Records contained in a dataset:
_ _ _ _ _

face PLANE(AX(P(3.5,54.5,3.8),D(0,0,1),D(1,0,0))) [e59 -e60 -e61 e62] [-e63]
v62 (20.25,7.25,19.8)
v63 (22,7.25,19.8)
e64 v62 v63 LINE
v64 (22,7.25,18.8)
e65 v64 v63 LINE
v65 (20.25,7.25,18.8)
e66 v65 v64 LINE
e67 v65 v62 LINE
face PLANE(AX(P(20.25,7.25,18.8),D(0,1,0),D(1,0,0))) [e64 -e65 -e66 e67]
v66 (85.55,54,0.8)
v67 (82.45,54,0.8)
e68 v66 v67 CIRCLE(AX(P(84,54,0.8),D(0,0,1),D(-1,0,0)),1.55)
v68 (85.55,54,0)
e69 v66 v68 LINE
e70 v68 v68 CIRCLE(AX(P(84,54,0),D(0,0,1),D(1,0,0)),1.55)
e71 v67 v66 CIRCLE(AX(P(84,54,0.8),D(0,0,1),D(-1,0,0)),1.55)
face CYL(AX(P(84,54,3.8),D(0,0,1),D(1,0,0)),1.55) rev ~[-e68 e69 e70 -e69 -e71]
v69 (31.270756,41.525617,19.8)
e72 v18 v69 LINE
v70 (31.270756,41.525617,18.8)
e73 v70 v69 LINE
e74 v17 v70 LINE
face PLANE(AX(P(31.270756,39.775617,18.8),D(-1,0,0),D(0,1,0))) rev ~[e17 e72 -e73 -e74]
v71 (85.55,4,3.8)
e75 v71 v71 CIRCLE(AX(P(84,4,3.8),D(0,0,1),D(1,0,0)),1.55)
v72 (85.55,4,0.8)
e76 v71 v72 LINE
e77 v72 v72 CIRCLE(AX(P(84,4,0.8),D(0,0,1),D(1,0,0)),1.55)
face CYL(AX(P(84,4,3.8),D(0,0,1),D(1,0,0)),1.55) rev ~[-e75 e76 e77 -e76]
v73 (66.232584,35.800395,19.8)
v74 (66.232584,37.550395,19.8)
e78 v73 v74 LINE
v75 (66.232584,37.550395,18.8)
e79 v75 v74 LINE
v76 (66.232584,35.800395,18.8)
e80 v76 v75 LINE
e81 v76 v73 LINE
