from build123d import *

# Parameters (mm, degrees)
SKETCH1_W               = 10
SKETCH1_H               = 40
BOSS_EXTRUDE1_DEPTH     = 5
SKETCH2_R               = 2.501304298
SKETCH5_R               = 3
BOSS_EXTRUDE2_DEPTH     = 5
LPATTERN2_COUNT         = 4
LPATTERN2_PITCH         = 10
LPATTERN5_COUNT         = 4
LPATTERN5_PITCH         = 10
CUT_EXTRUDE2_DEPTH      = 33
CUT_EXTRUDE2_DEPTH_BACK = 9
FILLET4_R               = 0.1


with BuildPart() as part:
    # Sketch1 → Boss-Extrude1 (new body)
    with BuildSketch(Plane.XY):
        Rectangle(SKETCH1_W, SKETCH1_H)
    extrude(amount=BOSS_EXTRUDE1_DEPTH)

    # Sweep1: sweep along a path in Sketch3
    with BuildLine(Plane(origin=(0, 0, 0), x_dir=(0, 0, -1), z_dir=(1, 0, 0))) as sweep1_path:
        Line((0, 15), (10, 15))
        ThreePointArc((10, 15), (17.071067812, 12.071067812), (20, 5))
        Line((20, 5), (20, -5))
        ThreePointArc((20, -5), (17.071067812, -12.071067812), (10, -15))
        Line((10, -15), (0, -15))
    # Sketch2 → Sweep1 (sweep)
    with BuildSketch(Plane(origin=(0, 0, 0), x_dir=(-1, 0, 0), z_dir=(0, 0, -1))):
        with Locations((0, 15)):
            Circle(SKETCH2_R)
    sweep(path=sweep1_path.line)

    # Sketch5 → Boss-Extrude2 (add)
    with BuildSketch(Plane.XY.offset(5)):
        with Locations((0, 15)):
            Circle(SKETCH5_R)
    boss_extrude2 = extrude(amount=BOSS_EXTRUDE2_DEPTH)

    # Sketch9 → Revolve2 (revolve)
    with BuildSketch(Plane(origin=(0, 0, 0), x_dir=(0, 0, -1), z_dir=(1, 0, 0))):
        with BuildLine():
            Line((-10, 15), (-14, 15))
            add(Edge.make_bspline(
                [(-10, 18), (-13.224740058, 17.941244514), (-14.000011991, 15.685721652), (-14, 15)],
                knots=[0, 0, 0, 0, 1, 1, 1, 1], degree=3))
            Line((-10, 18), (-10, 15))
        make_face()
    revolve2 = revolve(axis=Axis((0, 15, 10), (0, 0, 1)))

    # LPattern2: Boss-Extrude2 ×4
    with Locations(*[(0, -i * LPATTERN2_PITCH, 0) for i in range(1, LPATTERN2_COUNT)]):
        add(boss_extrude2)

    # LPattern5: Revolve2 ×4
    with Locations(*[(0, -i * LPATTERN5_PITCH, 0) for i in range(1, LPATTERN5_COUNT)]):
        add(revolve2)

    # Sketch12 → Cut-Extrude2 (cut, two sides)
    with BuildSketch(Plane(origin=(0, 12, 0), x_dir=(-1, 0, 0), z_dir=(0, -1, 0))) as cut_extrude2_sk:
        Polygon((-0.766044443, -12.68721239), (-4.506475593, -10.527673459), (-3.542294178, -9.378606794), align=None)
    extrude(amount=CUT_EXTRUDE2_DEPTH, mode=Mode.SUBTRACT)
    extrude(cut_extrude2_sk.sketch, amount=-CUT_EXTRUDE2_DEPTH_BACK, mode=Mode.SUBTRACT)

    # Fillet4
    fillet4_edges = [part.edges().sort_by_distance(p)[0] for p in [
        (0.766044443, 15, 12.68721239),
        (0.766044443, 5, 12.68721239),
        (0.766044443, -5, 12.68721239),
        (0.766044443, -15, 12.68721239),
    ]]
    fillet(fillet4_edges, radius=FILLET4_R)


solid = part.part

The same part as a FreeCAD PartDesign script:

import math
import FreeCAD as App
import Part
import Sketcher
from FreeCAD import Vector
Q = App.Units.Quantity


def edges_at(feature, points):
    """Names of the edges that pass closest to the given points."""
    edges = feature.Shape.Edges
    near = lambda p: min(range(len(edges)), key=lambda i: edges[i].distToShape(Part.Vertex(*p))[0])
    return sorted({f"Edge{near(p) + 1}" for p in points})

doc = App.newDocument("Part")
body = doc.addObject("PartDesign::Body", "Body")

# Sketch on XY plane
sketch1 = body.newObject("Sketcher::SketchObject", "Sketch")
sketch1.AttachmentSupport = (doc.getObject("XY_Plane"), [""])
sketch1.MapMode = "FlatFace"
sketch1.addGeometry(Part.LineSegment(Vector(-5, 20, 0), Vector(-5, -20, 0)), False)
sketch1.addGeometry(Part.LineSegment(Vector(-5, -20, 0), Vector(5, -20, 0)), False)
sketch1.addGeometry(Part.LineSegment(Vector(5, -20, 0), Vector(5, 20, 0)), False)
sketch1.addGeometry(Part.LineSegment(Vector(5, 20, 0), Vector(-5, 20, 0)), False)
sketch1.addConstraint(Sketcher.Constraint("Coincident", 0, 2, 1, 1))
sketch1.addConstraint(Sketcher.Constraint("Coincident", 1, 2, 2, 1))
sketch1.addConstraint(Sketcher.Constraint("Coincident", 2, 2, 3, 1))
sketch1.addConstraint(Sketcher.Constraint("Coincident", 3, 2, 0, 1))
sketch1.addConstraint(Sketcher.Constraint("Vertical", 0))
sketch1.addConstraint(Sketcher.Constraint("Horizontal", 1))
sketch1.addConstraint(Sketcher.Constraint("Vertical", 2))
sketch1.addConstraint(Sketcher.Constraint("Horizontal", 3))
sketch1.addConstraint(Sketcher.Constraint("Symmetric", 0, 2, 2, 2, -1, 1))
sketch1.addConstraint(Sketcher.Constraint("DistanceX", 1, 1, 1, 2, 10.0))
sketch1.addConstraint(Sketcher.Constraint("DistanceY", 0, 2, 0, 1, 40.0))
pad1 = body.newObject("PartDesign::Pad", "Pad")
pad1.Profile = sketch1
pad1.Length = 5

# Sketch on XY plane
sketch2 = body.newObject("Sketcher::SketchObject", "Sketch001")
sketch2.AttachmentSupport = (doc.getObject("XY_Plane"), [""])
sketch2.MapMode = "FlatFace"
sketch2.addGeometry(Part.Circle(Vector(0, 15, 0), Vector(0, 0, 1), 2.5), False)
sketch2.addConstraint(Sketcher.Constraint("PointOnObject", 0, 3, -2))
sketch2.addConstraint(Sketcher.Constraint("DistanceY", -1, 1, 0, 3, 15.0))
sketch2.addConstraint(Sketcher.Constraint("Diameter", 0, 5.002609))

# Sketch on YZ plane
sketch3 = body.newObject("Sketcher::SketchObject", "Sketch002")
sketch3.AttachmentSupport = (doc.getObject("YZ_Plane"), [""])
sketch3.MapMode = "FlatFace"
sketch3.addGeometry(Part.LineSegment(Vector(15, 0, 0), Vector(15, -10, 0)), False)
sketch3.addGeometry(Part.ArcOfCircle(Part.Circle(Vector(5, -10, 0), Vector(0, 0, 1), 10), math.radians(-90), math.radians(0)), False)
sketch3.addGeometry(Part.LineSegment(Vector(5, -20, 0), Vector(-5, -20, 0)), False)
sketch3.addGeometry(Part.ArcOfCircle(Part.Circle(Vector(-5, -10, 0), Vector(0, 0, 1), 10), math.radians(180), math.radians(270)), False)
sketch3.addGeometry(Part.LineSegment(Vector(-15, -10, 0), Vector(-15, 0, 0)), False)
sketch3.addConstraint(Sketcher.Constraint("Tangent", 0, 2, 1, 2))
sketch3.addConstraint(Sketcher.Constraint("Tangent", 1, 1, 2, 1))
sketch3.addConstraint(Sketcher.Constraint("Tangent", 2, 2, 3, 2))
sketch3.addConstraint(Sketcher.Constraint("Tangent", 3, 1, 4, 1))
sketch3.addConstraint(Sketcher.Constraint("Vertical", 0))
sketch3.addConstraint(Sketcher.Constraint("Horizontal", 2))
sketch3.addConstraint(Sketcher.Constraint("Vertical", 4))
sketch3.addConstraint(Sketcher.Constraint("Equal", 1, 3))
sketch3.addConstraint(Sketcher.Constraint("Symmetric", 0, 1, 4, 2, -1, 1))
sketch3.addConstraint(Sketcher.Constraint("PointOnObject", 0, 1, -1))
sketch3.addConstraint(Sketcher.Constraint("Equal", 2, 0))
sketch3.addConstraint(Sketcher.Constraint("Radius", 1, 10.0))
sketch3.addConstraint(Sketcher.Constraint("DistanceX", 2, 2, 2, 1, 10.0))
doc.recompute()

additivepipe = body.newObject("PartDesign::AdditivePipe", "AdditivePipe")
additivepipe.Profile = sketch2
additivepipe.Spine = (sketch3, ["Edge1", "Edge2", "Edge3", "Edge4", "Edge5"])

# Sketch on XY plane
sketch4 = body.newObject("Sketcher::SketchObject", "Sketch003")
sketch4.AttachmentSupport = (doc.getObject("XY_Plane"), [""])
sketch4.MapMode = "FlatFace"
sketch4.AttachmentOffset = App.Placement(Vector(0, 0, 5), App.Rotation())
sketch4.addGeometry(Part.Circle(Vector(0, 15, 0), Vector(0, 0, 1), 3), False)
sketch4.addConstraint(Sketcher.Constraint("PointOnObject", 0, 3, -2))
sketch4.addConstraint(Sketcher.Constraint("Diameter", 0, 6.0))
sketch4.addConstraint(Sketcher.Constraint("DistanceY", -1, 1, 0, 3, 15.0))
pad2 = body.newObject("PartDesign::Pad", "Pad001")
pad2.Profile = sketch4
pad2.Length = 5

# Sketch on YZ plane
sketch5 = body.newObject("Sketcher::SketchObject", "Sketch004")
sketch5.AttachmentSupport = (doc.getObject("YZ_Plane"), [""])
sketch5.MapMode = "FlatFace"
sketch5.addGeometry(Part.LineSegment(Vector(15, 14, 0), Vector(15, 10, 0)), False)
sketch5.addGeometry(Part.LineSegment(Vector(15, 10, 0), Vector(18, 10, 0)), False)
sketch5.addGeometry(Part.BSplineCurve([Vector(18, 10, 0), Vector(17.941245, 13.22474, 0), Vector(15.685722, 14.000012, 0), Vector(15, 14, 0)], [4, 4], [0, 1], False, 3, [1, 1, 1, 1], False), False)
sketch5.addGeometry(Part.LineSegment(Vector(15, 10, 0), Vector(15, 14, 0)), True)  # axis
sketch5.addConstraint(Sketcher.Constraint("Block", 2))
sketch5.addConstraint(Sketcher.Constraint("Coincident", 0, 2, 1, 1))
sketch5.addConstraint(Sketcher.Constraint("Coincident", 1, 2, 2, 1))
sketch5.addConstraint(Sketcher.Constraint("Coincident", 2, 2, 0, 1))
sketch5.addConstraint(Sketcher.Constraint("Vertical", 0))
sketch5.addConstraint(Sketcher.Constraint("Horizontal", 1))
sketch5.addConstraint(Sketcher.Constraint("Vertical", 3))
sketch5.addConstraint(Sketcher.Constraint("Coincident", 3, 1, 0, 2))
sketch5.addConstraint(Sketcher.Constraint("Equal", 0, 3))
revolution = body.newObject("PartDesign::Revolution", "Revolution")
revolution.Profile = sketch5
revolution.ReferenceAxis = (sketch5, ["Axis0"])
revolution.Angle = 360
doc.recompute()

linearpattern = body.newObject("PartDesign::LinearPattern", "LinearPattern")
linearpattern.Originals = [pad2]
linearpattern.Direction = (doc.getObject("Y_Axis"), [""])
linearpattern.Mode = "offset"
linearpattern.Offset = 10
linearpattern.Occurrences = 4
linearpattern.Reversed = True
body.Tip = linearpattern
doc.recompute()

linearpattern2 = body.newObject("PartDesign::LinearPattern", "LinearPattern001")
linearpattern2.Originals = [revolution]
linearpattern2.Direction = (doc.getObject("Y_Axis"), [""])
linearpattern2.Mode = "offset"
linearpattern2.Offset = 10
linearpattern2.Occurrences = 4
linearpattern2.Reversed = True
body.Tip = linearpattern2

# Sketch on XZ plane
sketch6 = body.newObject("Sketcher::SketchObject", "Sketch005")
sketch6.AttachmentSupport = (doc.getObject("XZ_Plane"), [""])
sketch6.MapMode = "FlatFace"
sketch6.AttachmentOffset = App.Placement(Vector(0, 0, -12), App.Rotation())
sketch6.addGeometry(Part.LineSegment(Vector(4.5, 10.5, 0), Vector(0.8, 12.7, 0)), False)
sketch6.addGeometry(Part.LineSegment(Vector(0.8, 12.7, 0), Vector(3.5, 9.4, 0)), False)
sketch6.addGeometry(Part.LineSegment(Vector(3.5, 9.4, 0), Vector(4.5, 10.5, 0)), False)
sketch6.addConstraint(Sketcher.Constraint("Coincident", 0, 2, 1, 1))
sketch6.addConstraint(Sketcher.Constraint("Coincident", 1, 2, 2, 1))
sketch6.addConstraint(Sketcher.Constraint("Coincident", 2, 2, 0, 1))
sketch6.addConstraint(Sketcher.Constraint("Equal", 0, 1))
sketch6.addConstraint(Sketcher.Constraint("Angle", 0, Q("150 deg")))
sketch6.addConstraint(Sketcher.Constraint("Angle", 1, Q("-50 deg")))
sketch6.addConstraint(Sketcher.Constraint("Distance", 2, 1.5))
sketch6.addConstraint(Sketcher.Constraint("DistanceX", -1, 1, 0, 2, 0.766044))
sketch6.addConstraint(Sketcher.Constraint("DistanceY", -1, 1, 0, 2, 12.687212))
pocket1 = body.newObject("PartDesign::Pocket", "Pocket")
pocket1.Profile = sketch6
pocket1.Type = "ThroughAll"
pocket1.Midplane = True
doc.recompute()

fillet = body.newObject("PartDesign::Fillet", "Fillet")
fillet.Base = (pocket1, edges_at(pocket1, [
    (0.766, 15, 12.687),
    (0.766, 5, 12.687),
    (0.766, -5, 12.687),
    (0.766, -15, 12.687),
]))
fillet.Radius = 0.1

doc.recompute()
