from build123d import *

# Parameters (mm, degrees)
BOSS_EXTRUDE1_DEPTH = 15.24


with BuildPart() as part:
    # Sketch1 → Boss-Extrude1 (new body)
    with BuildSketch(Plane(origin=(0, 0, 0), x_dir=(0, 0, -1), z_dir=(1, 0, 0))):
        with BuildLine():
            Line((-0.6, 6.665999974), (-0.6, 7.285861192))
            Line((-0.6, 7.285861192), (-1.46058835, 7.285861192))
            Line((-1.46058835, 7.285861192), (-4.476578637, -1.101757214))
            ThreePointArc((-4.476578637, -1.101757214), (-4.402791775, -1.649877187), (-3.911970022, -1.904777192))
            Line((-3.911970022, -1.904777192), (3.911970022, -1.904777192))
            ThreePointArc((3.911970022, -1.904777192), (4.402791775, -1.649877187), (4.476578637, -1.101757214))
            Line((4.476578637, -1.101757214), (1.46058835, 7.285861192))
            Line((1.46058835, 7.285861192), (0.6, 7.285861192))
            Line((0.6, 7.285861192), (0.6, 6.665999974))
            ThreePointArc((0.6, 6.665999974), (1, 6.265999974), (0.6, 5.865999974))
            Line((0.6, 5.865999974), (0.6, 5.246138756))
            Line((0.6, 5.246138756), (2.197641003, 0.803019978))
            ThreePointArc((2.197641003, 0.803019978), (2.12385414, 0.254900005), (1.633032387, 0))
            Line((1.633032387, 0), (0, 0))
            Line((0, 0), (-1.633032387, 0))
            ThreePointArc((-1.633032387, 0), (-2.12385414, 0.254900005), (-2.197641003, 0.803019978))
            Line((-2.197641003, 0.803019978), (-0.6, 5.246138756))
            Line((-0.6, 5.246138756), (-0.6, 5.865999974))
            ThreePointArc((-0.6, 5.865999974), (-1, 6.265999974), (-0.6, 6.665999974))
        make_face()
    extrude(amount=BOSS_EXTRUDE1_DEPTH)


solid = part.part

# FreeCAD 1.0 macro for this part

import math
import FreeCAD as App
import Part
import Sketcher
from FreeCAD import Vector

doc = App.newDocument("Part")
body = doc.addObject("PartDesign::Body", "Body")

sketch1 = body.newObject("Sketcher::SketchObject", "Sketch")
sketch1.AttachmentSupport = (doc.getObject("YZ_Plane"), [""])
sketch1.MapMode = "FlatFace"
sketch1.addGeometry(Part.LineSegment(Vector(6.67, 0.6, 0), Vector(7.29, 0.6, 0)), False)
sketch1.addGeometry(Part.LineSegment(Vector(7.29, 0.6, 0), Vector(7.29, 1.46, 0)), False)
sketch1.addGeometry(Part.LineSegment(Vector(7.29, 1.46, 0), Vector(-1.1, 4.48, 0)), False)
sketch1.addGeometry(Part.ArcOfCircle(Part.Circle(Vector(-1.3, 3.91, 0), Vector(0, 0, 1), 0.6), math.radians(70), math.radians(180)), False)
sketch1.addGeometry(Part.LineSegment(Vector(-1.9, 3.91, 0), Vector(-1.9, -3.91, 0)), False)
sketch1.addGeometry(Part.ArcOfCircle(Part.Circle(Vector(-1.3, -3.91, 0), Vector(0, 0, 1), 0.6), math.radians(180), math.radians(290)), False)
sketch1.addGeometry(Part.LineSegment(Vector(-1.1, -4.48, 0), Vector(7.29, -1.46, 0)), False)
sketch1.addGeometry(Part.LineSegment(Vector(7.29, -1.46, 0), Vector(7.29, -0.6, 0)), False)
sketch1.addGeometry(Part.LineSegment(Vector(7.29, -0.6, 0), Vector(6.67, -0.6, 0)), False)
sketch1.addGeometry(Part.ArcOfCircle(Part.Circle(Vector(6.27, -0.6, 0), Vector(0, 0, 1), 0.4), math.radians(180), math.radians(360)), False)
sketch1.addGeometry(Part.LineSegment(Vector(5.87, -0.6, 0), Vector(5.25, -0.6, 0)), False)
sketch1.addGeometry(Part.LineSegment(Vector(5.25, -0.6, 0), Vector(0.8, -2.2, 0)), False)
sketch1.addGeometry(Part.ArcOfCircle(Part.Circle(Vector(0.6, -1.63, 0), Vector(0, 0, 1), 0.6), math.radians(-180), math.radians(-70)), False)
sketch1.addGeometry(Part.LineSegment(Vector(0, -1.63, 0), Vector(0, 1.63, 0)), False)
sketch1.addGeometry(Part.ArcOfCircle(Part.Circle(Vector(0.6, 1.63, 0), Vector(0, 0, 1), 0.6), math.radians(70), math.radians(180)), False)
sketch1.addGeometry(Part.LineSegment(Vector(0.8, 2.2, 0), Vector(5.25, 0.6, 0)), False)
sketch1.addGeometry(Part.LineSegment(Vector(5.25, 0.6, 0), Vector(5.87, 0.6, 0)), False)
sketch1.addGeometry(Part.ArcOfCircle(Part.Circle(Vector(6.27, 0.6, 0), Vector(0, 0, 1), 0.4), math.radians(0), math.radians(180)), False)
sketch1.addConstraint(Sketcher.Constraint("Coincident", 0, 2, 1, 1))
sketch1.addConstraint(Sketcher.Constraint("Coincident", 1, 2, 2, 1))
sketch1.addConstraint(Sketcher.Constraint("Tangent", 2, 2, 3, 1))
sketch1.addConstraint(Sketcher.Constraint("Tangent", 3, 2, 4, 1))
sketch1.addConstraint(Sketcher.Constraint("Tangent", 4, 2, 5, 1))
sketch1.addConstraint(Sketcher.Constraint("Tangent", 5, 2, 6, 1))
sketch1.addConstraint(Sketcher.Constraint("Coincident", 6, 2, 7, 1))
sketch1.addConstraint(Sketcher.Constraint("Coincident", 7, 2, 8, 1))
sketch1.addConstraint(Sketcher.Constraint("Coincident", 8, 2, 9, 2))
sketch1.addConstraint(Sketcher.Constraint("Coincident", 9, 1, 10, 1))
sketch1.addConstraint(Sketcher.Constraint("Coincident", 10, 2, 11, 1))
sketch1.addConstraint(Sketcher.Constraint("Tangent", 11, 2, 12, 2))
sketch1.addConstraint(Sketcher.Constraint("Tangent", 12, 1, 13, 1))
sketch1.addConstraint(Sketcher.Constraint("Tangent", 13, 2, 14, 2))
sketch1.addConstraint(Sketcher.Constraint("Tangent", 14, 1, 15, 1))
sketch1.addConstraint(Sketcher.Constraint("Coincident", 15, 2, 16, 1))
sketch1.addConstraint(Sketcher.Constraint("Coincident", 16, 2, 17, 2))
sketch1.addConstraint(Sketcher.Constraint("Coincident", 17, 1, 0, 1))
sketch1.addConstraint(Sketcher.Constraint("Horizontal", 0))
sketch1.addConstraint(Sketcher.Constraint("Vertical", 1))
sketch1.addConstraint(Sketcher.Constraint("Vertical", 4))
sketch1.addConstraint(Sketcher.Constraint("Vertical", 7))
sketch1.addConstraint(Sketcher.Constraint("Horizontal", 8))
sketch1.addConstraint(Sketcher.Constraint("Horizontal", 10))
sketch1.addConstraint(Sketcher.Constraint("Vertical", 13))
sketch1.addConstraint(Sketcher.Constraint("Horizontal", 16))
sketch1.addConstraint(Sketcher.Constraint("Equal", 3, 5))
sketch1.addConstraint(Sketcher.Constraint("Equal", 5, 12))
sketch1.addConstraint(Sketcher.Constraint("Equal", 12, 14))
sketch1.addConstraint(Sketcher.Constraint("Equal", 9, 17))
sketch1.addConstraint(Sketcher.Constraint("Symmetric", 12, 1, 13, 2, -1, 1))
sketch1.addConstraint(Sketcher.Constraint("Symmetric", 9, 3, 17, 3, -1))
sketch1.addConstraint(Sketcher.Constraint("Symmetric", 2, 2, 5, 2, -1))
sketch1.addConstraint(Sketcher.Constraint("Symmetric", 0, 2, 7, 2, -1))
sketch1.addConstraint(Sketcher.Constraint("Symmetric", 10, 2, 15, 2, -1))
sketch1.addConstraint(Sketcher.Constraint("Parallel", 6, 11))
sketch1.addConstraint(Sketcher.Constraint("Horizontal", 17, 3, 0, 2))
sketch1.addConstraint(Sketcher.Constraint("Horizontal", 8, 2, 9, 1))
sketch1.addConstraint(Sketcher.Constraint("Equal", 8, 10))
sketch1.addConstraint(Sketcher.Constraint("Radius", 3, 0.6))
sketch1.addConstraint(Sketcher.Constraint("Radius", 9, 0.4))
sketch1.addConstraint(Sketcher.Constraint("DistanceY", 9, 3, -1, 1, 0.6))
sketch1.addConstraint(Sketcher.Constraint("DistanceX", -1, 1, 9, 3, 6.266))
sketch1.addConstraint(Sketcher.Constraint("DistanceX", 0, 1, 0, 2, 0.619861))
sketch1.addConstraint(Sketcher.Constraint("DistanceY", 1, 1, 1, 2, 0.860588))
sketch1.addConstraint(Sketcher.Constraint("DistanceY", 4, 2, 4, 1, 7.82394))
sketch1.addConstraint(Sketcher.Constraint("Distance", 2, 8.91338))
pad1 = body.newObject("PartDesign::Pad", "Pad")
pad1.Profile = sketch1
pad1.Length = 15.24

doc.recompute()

_ _ _ _ _

Show the lines of the records above that mention "Locations".

        with Locations((0, 15)):
        with Locations((0, 15)):
    with Locations(*[(0, -i * LPATTERN2_PITCH, 0) for i in range(1, LPATTERN2_COUNT)]):
    with Locations(*[(0, -i * LPATTERN5_PITCH, 0) for i in range(1, LPATTERN5_COUNT)]):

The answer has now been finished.